─── EXTRACTED RECORDS
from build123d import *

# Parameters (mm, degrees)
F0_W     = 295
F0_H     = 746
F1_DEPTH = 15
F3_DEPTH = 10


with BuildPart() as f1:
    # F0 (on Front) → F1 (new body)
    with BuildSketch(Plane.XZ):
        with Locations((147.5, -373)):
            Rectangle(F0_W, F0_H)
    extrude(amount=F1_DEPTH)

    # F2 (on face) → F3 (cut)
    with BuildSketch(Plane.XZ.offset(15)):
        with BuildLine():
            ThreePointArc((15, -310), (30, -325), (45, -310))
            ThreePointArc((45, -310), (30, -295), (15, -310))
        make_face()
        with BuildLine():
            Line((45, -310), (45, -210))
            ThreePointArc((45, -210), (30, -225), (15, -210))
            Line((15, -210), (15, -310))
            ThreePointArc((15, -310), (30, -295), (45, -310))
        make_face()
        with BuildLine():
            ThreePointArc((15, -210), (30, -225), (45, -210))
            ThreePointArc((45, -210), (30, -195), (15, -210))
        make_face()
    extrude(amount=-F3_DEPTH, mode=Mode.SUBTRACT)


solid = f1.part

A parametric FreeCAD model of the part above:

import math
import FreeCAD as App
import Part
import Sketcher
from FreeCAD import Vector


def add_polygon(sketch, points):
    """Adds a closed chain of lines whose ends are joined by coincident constraints."""
    first, n = sketch.GeometryCount, len(points)
    for a, b in zip(points, points[1:] + points[:1]):
        sketch.addGeometry(Part.LineSegment(App.Vector(*a, 0), App.Vector(*b, 0)), False)
    for i in range(n):
        sketch.addConstraint(Sketcher.Constraint("Coincident", first + i, 2, first + (i + 1) % n, 1))

doc = App.newDocument("Part")
body = doc.addObject("PartDesign::Body", "Body")

sketch1 = body.newObject("Sketcher::SketchObject", "Sketch")
sketch1.AttachmentSupport = (doc.getObject("XZ_Plane"), [""])
sketch1.MapMode = "FlatFace"
add_polygon(sketch1, [(0, 0), (0, -746), (295, -746), (295, 0)])
sketch1.addConstraint(Sketcher.Constraint("Vertical", 0))
sketch1.addConstraint(Sketcher.Constraint("Horizontal", 1))
sketch1.addConstraint(Sketcher.Constraint("Vertical", 2))
sketch1.addConstraint(Sketcher.Constraint("Horizontal", 3))
sketch1.addConstraint(Sketcher.Constraint("Coincident", 3, 2, -1, 1))
sketch1.addConstraint(Sketcher.Constraint("DistanceX", 1, 1, 1, 2, 295.0))
sketch1.addConstraint(Sketcher.Constraint("DistanceY", 0, 2, 0, 1, 746.0))
pad1 = body.newObject("PartDesign::Pad", "Pad")
pad1.Profile = sketch1
pad1.Length = 15

sketch2 = body.newObject("Sketcher::SketchObject", "Sketch001")
sketch2.AttachmentSupport = (doc.getObject("XZ_Plane"), [""])
sketch2.MapMode = "FlatFace"
sketch2.AttachmentOffset = App.Placement(Vector(0, 0, 15), App.Rotation())
sketch2.addGeometry(Part.ArcOfCircle(Part.Circle(Vector(30, -310, 0), Vector(0, 0, 1), 15), math.radians(180), math.radians(360)), False)
sketch2.addGeometry(Part.LineSegment(Vector(45, -310, 0), Vector(45, -210, 0)), False)
sketch2.addGeometry(Part.ArcOfCircle(Part.Circle(Vector(30, -210, 0), Vector(0, 0, 1), 15), math.radians(0), math.radians(180)), False)
sketch2.addGeometry(Part.LineSegment(Vector(15, -210, 0), Vector(15, -310, 0)), False)
sketch2.addConstraint(Sketcher.Constraint("Tangent", 0, 2, 1, 1))
sketch2.addConstraint(Sketcher.Constraint("Tangent", 1, 2, 2, 1))
sketch2.addConstraint(Sketcher.Constraint("Tangent", 2, 2, 3, 1))
sketch2.addConstraint(Sketcher.Constraint("Tangent", 3, 2, 0, 1))
sketch2.addConstraint(Sketcher.Constraint("Vertical", 1))
sketch2.addConstraint(Sketcher.Constraint("Vertical", 3))
sketch2.addConstraint(Sketcher.Constraint("Radius", 0, 15.0))
sketch2.addConstraint(Sketcher.Constraint("DistanceY", 1, 1, 1, 2, 100.0))
sketch2.addConstraint(Sketcher.Constraint("DistanceX", -1, 1, 0, 3, 30.0))
sketch2.addConstraint(Sketcher.Constraint("DistanceY", 0, 3, -1, 1, 310.0))
pocket1 = body.newObject("PartDesign::Pocket", "Pocket")
pocket1.Profile = sketch2
pocket1.Length = 10

doc.recompute()
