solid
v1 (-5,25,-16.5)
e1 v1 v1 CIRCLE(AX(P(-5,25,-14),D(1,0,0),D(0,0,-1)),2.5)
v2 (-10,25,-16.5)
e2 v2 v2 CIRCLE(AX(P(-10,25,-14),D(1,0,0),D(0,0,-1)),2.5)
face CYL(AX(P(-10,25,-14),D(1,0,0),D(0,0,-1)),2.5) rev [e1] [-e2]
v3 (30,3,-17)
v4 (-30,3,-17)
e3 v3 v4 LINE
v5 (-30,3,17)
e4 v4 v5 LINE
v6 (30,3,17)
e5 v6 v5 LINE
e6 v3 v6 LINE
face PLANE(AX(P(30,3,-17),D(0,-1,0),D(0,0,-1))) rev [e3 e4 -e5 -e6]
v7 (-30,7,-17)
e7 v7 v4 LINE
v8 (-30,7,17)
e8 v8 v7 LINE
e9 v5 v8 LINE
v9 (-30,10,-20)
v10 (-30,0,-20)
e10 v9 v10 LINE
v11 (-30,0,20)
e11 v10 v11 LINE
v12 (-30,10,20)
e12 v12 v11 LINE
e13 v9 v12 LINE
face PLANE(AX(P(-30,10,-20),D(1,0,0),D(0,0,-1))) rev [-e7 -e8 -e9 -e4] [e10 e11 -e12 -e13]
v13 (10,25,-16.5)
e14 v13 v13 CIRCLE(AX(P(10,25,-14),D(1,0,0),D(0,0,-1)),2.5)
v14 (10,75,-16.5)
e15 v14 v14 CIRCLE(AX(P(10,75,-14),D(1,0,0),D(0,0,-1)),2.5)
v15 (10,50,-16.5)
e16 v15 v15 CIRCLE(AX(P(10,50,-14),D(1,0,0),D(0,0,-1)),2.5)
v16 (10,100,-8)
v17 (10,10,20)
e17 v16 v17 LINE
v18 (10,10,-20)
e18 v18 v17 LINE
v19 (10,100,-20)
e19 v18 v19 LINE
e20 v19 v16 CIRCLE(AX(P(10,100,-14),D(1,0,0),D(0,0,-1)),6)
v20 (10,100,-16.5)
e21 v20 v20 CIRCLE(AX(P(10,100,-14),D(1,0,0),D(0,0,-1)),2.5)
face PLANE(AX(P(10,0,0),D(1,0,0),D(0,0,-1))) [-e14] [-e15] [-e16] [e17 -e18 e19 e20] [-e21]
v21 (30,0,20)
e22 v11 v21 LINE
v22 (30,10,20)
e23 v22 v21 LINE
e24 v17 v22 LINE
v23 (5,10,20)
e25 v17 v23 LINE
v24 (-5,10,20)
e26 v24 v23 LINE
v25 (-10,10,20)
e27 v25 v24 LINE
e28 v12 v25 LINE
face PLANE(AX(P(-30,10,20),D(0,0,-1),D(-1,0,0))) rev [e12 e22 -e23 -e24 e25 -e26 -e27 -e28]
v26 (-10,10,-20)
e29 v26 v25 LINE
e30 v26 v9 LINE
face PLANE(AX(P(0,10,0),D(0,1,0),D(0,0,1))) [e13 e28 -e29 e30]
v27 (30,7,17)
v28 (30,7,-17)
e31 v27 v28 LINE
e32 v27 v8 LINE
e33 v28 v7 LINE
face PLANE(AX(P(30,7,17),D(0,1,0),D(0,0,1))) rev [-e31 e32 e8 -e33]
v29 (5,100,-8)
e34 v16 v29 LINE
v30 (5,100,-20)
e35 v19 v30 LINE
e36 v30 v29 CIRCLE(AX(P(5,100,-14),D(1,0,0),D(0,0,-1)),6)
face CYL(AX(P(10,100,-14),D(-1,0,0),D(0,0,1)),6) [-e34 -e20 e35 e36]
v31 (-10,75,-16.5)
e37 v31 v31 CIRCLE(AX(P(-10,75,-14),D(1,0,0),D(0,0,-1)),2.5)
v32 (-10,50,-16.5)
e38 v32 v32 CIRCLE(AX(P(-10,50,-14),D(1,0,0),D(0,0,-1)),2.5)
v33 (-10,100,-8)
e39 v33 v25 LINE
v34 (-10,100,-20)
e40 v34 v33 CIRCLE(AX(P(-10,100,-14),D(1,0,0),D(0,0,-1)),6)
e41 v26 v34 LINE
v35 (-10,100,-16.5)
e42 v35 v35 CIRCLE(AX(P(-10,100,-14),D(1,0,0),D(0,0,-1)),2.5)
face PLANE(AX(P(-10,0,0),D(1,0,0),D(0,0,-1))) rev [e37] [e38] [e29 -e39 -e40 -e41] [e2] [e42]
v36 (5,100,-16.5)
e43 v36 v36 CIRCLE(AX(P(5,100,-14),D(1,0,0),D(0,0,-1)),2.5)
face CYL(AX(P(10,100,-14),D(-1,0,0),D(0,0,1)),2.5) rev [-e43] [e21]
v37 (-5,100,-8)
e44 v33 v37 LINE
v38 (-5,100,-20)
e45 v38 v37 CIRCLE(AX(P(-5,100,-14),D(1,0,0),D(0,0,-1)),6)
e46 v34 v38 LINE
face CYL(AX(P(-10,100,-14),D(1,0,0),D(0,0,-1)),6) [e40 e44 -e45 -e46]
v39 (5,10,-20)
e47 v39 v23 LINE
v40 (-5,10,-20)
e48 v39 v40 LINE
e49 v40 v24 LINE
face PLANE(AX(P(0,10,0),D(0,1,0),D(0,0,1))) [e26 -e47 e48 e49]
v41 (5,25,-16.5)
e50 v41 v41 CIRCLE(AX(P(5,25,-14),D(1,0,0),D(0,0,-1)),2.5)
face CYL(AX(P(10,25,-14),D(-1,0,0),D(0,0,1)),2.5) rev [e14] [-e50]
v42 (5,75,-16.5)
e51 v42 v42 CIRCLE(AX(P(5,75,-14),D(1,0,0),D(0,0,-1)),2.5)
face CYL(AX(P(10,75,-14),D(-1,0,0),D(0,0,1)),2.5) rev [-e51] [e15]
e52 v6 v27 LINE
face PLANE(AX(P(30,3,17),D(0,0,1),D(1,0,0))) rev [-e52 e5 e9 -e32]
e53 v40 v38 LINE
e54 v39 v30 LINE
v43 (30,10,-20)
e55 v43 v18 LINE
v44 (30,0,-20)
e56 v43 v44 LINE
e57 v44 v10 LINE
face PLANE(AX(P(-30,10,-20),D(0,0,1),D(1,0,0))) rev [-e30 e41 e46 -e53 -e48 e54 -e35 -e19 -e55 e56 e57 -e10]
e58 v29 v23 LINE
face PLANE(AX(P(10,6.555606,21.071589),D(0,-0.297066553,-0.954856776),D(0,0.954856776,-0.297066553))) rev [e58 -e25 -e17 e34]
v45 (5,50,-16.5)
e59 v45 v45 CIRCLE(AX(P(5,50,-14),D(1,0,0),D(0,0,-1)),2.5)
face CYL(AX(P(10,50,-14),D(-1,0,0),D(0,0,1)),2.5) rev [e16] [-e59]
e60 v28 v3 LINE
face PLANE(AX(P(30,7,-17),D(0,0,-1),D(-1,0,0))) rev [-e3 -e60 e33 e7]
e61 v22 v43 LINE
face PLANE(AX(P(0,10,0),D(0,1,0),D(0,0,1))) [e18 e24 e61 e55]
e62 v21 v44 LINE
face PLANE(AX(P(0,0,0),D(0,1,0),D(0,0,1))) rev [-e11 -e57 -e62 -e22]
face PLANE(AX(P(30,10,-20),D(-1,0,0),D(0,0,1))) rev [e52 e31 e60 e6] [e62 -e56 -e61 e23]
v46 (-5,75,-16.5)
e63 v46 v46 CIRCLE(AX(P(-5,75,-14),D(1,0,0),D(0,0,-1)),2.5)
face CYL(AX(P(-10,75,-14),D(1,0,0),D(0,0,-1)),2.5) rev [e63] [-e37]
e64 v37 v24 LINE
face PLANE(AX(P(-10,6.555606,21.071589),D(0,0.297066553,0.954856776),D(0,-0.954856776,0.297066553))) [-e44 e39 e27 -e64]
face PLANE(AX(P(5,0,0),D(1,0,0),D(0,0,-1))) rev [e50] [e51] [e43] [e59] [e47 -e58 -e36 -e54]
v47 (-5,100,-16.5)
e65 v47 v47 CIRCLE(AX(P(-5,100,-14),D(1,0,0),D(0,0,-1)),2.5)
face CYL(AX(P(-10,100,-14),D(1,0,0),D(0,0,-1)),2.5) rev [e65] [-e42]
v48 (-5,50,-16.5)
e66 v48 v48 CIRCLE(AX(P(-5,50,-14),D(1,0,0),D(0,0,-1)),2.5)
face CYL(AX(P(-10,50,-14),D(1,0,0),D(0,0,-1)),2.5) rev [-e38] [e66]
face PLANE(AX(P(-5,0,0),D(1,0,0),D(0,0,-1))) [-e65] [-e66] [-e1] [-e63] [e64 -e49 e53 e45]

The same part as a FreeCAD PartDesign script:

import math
import FreeCAD as App
import Part
import Sketcher
Q = App.Units.Quantity


def add_polygon(sketch, points):
    """Adds a closed chain of lines whose ends are joined by coincident constraints."""
    first, n = sketch.GeometryCount, len(points)
    for a, b in zip(points, points[1:] + points[:1]):
        sketch.addGeometry(Part.LineSegment(App.Vector(*a, 0), App.Vector(*b, 0)), False)
    for i in range(n):
        sketch.addConstraint(Sketcher.Constraint("Coincident", first + i, 2, first + (i + 1) % n, 1))

doc = App.newDocument("Part")
body = doc.addObject("PartDesign::Body", "Body")

# Sketch on XZ plane
sketch1 = body.newObject("Sketcher::SketchObject", "Sketch")
sketch1.AttachmentSupport = (doc.getObject("XZ_Plane"), [""])
sketch1.MapMode = "FlatFace"
add_polygon(sketch1, [(-30, -20), (-30, 20), (30, 20), (30, -20)])  # lines 0-3
sketch1.addConstraint(Sketcher.Constraint("Vertical", 0))
sketch1.addConstraint(Sketcher.Constraint("Horizontal", 1))
sketch1.addConstraint(Sketcher.Constraint("Vertical", 2))
sketch1.addConstraint(Sketcher.Constraint("Horizontal", 3))
sketch1.addConstraint(Sketcher.Constraint("Symmetric", 0, 2, 2, 2, -1, 1))
sketch1.addConstraint(Sketcher.Constraint("DistanceX", 1, 1, 1, 2, Q("60 mm")))
sketch1.addConstraint(Sketcher.Constraint("DistanceY", 0, 1, 0, 2, Q("40 mm")))
pad1 = body.newObject("PartDesign::Pad", "Pad")
pad1.Profile = sketch1
pad1.Length = 10
pad1.Reversed = True

# Sketch on YZ plane
sketch2 = body.newObject("Sketcher::SketchObject", "Sketch001")
sketch2.AttachmentSupport = (doc.getObject("YZ_Plane"), [""])
sketch2.MapMode = "FlatFace"
sketch2.AttachmentOffset = App.Placement(App.Vector(0, 0, 5), App.Rotation())
sketch2.addGeometry(Part.LineSegment(App.Vector(10, -20, 0), App.Vector(100, -20, 0)), False)
sketch2.addGeometry(Part.ArcOfCircle(Part.Circle(App.Vector(100, -14, 0), App.Vector(0, 0, 1), 6), math.radians(-90), math.radians(90)), False)
sketch2.addGeometry(Part.LineSegment(App.Vector(100, -8, 0), App.Vector(10, 20, 0)), False)
sketch2.addGeometry(Part.LineSegment(App.Vector(10, 20, 0), App.Vector(10, -20, 0)), False)
sketch2.addGeometry(Part.Circle(App.Vector(25, -14, 0), App.Vector(0, 0, 1), 2.5), False)
sketch2.addGeometry(Part.Circle(App.Vector(50, -14, 0), App.Vector(0, 0, 1), 2.5), False)
sketch2.addGeometry(Part.Circle(App.Vector(75, -14, 0), App.Vector(0, 0, 1), 2.5), False)
sketch2.addGeometry(Part.Circle(App.Vector(100, -14, 0), App.Vector(0, 0, 1), 2.5), False)
sketch2.addConstraint(Sketcher.Constraint("Tangent", 0, 2, 1, 1))
sketch2.addConstraint(Sketcher.Constraint("Coincident", 1, 2, 2, 1))
sketch2.addConstraint(Sketcher.Constraint("Coincident", 2, 2, 3, 1))
sketch2.addConstraint(Sketcher.Constraint("Coincident", 3, 2, 0, 1))
sketch2.addConstraint(Sketcher.Constraint("Horizontal", 0))
sketch2.addConstraint(Sketcher.Constraint("Vertical", 3))
sketch2.addConstraint(Sketcher.Constraint("Coincident", 7, 3, 1, 3))
sketch2.addConstraint(Sketcher.Constraint("Equal", 4, 5))
sketch2.addConstraint(Sketcher.Constraint("Equal", 5, 6))
sketch2.addConstraint(Sketcher.Constraint("Equal", 6, 7))
sketch2.addConstraint(Sketcher.Constraint("Horizontal", 1, 3, 4, 3))
sketch2.addConstraint(Sketcher.Constraint("Horizontal", 4, 3, 5, 3))
sketch2.addConstraint(Sketcher.Constraint("Horizontal", 5, 3, 6, 3))
sketch2.addConstraint(Sketcher.Constraint("Vertical", 0, 2, 1, 2))
sketch2.addConstraint(Sketcher.Constraint("Diameter", 4, Q("5 mm")))
sketch2.addConstraint(Sketcher.Constraint("Radius", 1, Q("6 mm")))
sketch2.addConstraint(Sketcher.Constraint("DistanceX", 0, 1, 0, 2, Q("90 mm")))
sketch2.addConstraint(Sketcher.Constraint("DistanceY", 3, 2, 3, 1, Q("40 mm")))
sketch2.addConstraint(Sketcher.Constraint("DistanceX", -1, 1, 1, 3, Q("100 mm")))
sketch2.addConstraint(Sketcher.Constraint("DistanceY", 1, 3, -1, 1, Q("14 mm")))
sketch2.addConstraint(Sketcher.Constraint("DistanceX", -1, 1, 4, 3, Q("25 mm")))
sketch2.addConstraint(Sketcher.Constraint("DistanceX", -1, 1, 5, 3, Q("50 mm")))
sketch2.addConstraint(Sketcher.Constraint("DistanceX", -1, 1, 6, 3, Q("75 mm")))
pad2 = body.newObject("PartDesign::Pad", "Pad001")
pad2.Profile = sketch2
pad2.Length = 5

# Sketch on YZ plane
sketch3 = body.newObject("Sketcher::SketchObject", "Sketch002")
sketch3.AttachmentSupport = (doc.getObject("YZ_Plane"), [""])
sketch3.MapMode = "FlatFace"
sketch3.AttachmentOffset = App.Placement(App.Vector(0, 0, -10), App.Rotation())
sketch3.addGeometry(Part.LineSegment(App.Vector(10, -20, 0), App.Vector(100, -20, 0)), False)
sketch3.addGeometry(Part.ArcOfCircle(Part.Circle(App.Vector(100, -14, 0), App.Vector(0, 0, 1), 6), math.radians(-90), math.radians(90)), False)
sketch3.addGeometry(Part.LineSegment(App.Vector(100, -8, 0), App.Vector(10, 20, 0)), False)
sketch3.addGeometry(Part.LineSegment(App.Vector(10, 20, 0), App.Vector(10, -20, 0)), False)
sketch3.addGeometry(Part.Circle(App.Vector(25, -14, 0), App.Vector(0, 0, 1), 2.5), False)
sketch3.addGeometry(Part.Circle(App.Vector(50, -14, 0), App.Vector(0, 0, 1), 2.5), False)
sketch3.addGeometry(Part.Circle(App.Vector(75, -14, 0), App.Vector(0, 0, 1), 2.5), False)
sketch3.addGeometry(Part.Circle(App.Vector(100, -14, 0), App.Vector(0, 0, 1), 2.5), False)
sketch3.addConstraint(Sketcher.Constraint("Tangent", 0, 2, 1, 1))
sketch3.addConstraint(Sketcher.Constraint("Coincident", 1, 2, 2, 1))
sketch3.addConstraint(Sketcher.Constraint("Coincident", 2, 2, 3, 1))
sketch3.addConstraint(Sketcher.Constraint("Coincident", 3, 2, 0, 1))
sketch3.addConstraint(Sketcher.Constraint("Horizontal", 0))
sketch3.addConstraint(Sketcher.Constraint("Vertical", 3))
sketch3.addConstraint(Sketcher.Constraint("Coincident", 7, 3, 1, 3))
sketch3.addConstraint(Sketcher.Constraint("Equal", 4, 5))
sketch3.addConstraint(Sketcher.Constraint("Equal", 5, 6))
sketch3.addConstraint(Sketcher.Constraint("Equal", 6, 7))
sketch3.addConstraint(Sketcher.Constraint("Horizontal", 1, 3, 4, 3))
sketch3.addConstraint(Sketcher.Constraint("Horizontal", 4, 3, 5, 3))
sketch3.addConstraint(Sketcher.Constraint("Horizontal", 5, 3, 6, 3))
sketch3.addConstraint(Sketcher.Constraint("Vertical", 0, 2, 1, 2))
sketch3.addConstraint(Sketcher.Constraint("Diameter", 4, Q("5 mm")))
sketch3.addConstraint(Sketcher.Constraint("Radius", 1, Q("6 mm")))
sketch3.addConstraint(Sketcher.Constraint("DistanceX", 0, 1, 0, 2, Q("90 mm")))
sketch3.addConstraint(Sketcher.Constraint("DistanceY", 3, 2, 3, 1, Q("40 mm")))
sketch3.addConstraint(Sketcher.Constraint("DistanceX", -1, 1, 1, 3, Q("100 mm")))
sketch3.addConstraint(Sketcher.Constraint("DistanceY", 1, 3, -1, 1, Q("14 mm")))
sketch3.addConstraint(Sketcher.Constraint("DistanceX", -1, 1, 4, 3, Q("25 mm")))
sketch3.addConstraint(Sketcher.Constraint("DistanceX", -1, 1, 5, 3, Q("50 mm")))
sketch3.addConstraint(Sketcher.Constraint("DistanceX", -1, 1, 6, 3, Q("75 mm")))
pad3 = body.newObject("PartDesign::Pad", "Pad002")
pad3.Profile = sketch3
pad3.Length = 5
──────
**EXERCISE**
Using the entries above, return each line in which the word "with" occurs.

**ANSWER TO THE EXERCISE**
with BuildPart() as f1:
    with BuildSketch(Plane.XZ):
        with Locations((147.5, -373)):
    with BuildSketch(Plane.XZ.offset(15)):
        with BuildLine():
        with BuildLine():
        with BuildLine():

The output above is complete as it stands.